> _Task input_:
——————
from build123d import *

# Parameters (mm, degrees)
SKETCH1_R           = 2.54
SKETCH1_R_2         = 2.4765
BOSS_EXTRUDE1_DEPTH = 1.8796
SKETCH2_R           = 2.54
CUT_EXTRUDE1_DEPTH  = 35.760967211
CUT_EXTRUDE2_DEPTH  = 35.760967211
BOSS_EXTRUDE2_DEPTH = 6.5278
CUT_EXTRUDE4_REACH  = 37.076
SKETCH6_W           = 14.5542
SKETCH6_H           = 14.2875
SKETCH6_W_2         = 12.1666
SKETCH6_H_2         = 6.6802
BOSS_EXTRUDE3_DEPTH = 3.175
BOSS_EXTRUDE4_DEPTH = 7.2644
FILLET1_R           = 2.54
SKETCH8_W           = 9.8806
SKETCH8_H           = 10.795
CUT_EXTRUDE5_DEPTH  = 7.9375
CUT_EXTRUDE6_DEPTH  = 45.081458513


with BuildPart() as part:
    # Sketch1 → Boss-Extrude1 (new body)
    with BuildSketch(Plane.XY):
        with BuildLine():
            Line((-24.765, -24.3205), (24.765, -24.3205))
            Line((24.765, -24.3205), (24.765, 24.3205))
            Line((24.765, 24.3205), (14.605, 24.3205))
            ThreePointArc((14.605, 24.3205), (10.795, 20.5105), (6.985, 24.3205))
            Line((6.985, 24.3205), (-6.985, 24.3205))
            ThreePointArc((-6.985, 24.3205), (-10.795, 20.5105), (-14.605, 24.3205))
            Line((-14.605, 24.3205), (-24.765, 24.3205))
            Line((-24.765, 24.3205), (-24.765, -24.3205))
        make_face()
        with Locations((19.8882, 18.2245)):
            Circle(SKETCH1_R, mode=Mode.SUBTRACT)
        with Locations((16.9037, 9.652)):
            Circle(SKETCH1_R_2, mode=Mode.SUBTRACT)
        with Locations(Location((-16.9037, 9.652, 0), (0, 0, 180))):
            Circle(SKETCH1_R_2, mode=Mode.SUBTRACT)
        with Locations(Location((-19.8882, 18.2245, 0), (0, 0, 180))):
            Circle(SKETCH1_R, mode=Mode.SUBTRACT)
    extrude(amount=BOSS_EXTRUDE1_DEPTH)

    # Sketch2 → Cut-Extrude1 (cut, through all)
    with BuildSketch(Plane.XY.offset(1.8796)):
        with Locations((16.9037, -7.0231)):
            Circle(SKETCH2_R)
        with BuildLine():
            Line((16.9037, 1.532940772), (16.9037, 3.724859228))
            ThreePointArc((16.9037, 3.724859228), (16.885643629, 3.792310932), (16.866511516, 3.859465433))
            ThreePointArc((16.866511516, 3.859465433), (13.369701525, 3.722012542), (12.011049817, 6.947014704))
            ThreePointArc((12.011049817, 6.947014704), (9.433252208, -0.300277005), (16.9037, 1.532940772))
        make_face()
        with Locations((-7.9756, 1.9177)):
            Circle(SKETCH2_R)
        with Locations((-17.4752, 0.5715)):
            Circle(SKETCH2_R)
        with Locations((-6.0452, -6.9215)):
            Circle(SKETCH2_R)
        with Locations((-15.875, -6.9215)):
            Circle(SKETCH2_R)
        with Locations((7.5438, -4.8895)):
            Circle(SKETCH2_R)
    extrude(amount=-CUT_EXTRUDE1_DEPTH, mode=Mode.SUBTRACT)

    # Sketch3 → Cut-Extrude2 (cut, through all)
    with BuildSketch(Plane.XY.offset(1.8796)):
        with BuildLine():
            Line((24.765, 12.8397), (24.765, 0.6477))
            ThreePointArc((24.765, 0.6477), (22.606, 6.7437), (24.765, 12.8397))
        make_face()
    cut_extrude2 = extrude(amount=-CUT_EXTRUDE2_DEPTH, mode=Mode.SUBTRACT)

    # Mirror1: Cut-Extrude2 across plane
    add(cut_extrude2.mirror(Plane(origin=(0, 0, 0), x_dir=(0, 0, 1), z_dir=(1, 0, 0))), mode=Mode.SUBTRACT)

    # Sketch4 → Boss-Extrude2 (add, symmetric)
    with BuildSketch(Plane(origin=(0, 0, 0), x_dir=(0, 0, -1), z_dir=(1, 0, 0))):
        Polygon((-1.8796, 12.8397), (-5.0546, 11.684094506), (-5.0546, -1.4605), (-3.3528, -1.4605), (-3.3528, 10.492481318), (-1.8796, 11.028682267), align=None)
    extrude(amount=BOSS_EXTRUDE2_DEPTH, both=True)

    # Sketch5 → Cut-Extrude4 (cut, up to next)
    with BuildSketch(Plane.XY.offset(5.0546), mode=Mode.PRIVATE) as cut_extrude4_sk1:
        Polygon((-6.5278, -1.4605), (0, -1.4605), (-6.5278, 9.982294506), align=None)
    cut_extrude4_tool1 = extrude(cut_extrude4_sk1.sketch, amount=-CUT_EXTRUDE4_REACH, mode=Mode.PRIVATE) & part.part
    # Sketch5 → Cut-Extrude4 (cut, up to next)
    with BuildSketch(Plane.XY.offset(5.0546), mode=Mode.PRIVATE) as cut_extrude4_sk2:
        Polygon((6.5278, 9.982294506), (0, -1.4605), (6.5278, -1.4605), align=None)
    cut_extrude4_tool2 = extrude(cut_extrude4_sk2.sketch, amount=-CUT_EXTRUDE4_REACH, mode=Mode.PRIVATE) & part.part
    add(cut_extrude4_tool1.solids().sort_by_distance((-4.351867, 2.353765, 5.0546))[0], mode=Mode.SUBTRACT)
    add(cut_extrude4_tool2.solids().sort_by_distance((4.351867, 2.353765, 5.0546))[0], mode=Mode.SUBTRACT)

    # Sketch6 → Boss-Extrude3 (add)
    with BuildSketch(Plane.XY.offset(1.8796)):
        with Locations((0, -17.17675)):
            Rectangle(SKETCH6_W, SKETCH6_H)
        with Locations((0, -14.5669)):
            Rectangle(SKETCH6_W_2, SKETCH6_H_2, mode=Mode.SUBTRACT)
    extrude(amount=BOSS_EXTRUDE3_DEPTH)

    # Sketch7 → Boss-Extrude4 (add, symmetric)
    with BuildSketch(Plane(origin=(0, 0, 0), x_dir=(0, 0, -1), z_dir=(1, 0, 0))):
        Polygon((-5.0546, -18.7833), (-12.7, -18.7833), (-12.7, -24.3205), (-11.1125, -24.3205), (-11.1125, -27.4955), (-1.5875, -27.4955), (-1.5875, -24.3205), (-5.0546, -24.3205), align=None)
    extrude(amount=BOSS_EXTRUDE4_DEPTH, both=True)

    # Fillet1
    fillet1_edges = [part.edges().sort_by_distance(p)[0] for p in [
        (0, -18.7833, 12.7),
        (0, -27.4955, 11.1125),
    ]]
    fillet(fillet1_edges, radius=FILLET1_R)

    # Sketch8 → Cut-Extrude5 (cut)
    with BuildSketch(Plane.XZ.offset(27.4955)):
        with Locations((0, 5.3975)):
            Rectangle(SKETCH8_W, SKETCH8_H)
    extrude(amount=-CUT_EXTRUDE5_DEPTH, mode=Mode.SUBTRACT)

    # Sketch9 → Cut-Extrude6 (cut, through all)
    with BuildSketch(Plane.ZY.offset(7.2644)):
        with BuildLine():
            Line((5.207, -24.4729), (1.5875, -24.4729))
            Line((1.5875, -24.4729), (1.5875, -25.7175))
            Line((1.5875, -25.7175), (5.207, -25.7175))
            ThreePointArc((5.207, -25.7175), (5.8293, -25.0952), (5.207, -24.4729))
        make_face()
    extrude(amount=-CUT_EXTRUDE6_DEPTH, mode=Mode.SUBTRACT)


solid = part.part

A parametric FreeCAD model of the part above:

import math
import FreeCAD as App
import Part
import Sketcher
from FreeCAD import Vector
Q = App.Units.Quantity


def edges_at(feature, points):
    """Names of the edges that pass closest to the given points."""
    edges = feature.Shape.Edges
    near = lambda p: min(range(len(edges)), key=lambda i: edges[i].distToShape(Part.Vertex(*p))[0])
    return sorted({f"Edge{near(p) + 1}" for p in points})


def add_polygon(sketch, points):
    """Adds a closed chain of lines whose ends are joined by coincident constraints."""
    first, n = sketch.GeometryCount, len(points)
    for a, b in zip(points, points[1:] + points[:1]):
        sketch.addGeometry(Part.LineSegment(App.Vector(*a, 0), App.Vector(*b, 0)), False)
    for i in range(n):
        sketch.addConstraint(Sketcher.Constraint("Coincident", first + i, 2, first + (i + 1) % n, 1))

doc = App.newDocument("Part")
params = doc.addObject("Spreadsheet::Sheet", "Params")
for row, (alias, value) in enumerate([
    ("sketch1_diameter", "0.2 in"),
    ("sketch1_radius", "0.15 in"),
    ("sketch1_diameter2", "0.195 in"),
    ("sketch1_width", "0.4 in"),
    ("sketch1_height", "1.915 in"),
    ("pad1_length", "0.074 in"),
    ("sketch2_diameter", "0.2 in"),
    ("sketch2_radius", "0.172 in"),
    ("sketch2_radius2", "0.121 in"),
    ("sketch3_height", "0.48 in"),
    ("sketch4_height", "0.067 in"),
    ("pad2_length", "0.514 in"),
    ("sketch5_width", "0.257 in"),
    ("sketch6_width", "0.257 in"),
    ("sketch7_width", "0.573 in"),
    ("sketch7_width2", "0.479 in"),
    ("sketch7_height", "0.5625 in"),
    ("sketch7_height2", "0.263 in"),
    ("pad3_length", "0.125 in"),
    ("sketch8_width", "0.218 in"),
    ("sketch8_width2", "0.125 in"),
    ("sketch8_height", "0.301 in"),
    ("sketch8_height2", "0.0625 in"),
    ("sketch8_height3", "0.375 in"),
    ("pad4_length", "0.572 in"),
    ("fillet_radius", "0.1 in"),
    ("sketch9_width", "0.389 in"),
    ("sketch9_height", "0.425 in"),
    ("pocket5_length", "0.3125 in"),
], start=1):
    params.set(f"A{row}", alias)
    params.set(f"B{row}", "=" + value)
    params.setAlias(f"B{row}", alias)

body = doc.addObject("PartDesign::Body", "Body")

sketch1 = doc.addObject("Sketcher::SketchObject", "Sketch")
body.addObject(sketch1)
sketch1.AttachmentSupport = (doc.XY_Plane, [""])
sketch1.MapMode = "FlatFace"
sketch1.addGeometry([
    Part.LineSegment(Vector(-24.8, -24.3, 0), Vector(24.8, -24.3, 0)),
    Part.LineSegment(Vector(24.8, -24.3, 0), Vector(24.8, 24.3, 0)),
    Part.LineSegment(Vector(24.8, 24.3, 0), Vector(14.6, 24.3, 0)),
    Part.ArcOfCircle(Part.Circle(Vector(10.8, 24.3, 0), Vector(0, 0, 1), 3.8), math.radians(180), math.radians(360)),
    Part.LineSegment(Vector(7, 24.3, 0), Vector(-7, 24.3, 0)),
    Part.ArcOfCircle(Part.Circle(Vector(-10.8, 24.3, 0), Vector(0, 0, 1), 3.8), math.radians(180), math.radians(360)),
    Part.LineSegment(Vector(-14.6, 24.3, 0), Vector(-24.8, 24.3, 0)),
    Part.LineSegment(Vector(-24.8, 24.3, 0), Vector(-24.8, -24.3, 0)),
    Part.Circle(Vector(-16.9, 9.7, 0), Vector(0, 0, 1), 2.5),
    Part.Circle(Vector(16.9, 9.7, 0), Vector(0, 0, 1), 2.5),
    Part.Circle(Vector(-19.9, 18.2, 0), Vector(0, 0, 1), 2.5),
    Part.Circle(Vector(19.9, 18.2, 0), Vector(0, 0, 1), 2.5),
], False)
sketch1.addConstraint([
    Sketcher.Constraint("Coincident", 0, 2, 1, 1),
    Sketcher.Constraint("Coincident", 1, 2, 2, 1),
    Sketcher.Constraint("Coincident", 2, 2, 3, 2),
    Sketcher.Constraint("Coincident", 3, 1, 4, 1),
    Sketcher.Constraint("Coincident", 4, 2, 5, 2),
    Sketcher.Constraint("Coincident", 5, 1, 6, 1),
    Sketcher.Constraint("Coincident", 6, 2, 7, 1),
    Sketcher.Constraint("Coincident", 7, 2, 0, 1),
    Sketcher.Constraint("Horizontal", 0),
    Sketcher.Constraint("Vertical", 1),
    Sketcher.Constraint("Horizontal", 2),
    Sketcher.Constraint("Horizontal", 4),
    Sketcher.Constraint("Horizontal", 6),
    Sketcher.Constraint("Vertical", 7),
    Sketcher.Constraint("Equal", 3, 5),
    Sketcher.Constraint("Equal", 8, 9),
    Sketcher.Constraint("Equal", 10, 11),
    Sketcher.Constraint("Symmetric", 0, 2, 6, 2, -1, 1),
    Sketcher.Constraint("Symmetric", 3, 3, 5, 3, -2),
    Sketcher.Constraint("Symmetric", 8, 3, 9, 3, -2),
    Sketcher.Constraint("Symmetric", 10, 3, 11, 3, -2),
    Sketcher.Constraint("Horizontal", 5, 3, 1, 2),
    Sketcher.Constraint("Horizontal", 2, 2, 3, 1),
    Sketcher.Constraint("Horizontal", 4, 2, 5, 1),
    Sketcher.Constraint("Diameter", 10, Q("0.2 in")),
    Sketcher.Constraint("Radius", 3, Q("0.15 in")),
    Sketcher.Constraint("Diameter", 8, Q("0.195 in")),
    Sketcher.Constraint("DistanceX", 2, 2, 2, 1, Q("0.4 in")),
    Sketcher.Constraint("DistanceX", 5, 3, 2, 2, Q("1 in")),
    Sketcher.Constraint("DistanceY", 1, 1, 1, 2, Q("1.915 in")),
    Sketcher.Constraint("DistanceY", -1, 1, 8, 3, Q("0.38 in")),
    Sketcher.Constraint("DistanceY", 10, 3, 5, 3, Q("0.24 in")),
    Sketcher.Constraint("DistanceX", 10, 3, -1, 1, Q("0.783 in")),
    Sketcher.Constraint("DistanceX", 8, 3, 9, 3, Q("1.331 in")),
])
sketch1.setExpression("Constraints[24]", "Params.sketch1_diameter")
sketch1.setExpression("Constraints[25]", "Params.sketch1_radius")
sketch1.setExpression("Constraints[26]", "Params.sketch1_diameter2")
sketch1.setExpression("Constraints[27]", "Params.sketch1_width")
sketch1.setExpression("Constraints[29]", "Params.sketch1_height")
pad1 = doc.addObject("PartDesign::Pad", "Pad")
body.addObject(pad1)
pad1.Profile = sketch1
pad1.setExpression("Length", "Params.pad1_length")

sketch2 = doc.addObject("Sketcher::SketchObject", "Sketch001")
body.addObject(sketch2)
sketch2.AttachmentSupport = (doc.XY_Plane, [""])
sketch2.MapMode = "FlatFace"
sketch2.AttachmentOffset = App.Placement(Vector(0, 0, 0.074 * 25.4), App.Rotation())
sketch2.addGeometry([
    Part.Circle(Vector(16.9, -7.02, 0), Vector(0, 0, 1), 2.54),
    Part.LineSegment(Vector(16.9, 1.53, 0), Vector(16.9, 3.72, 0)),
    Part.ArcOfCircle(Part.Circle(Vector(12.67, 2.63, 0), Vector(0, 0, 1), 4.37), math.radians(14.53), math.radians(16.36)),
    Part.ArcOfCircle(Part.Circle(Vector(15.02, 6.32, 0), Vector(0, 0, 1), 3.07), math.radians(168), math.radians(307)),
    Part.ArcOfCircle(Part.Circle(Vector(12.67, 2.63, 0), Vector(0, 0, 1), 4.37), math.radians(99), math.radians(345)),
    Part.Circle(Vector(-7.98, 1.92, 0), Vector(0, 0, 1), 2.54),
——————
> _What is being asked_:
Nothing but the lines with "True" should be returned, copied from the entries above.

> _Written reply_:
    extrude(amount=BOSS_EXTRUDE2_DEPTH, both=True)
    extrude(amount=BOSS_EXTRUDE4_DEPTH, both=True)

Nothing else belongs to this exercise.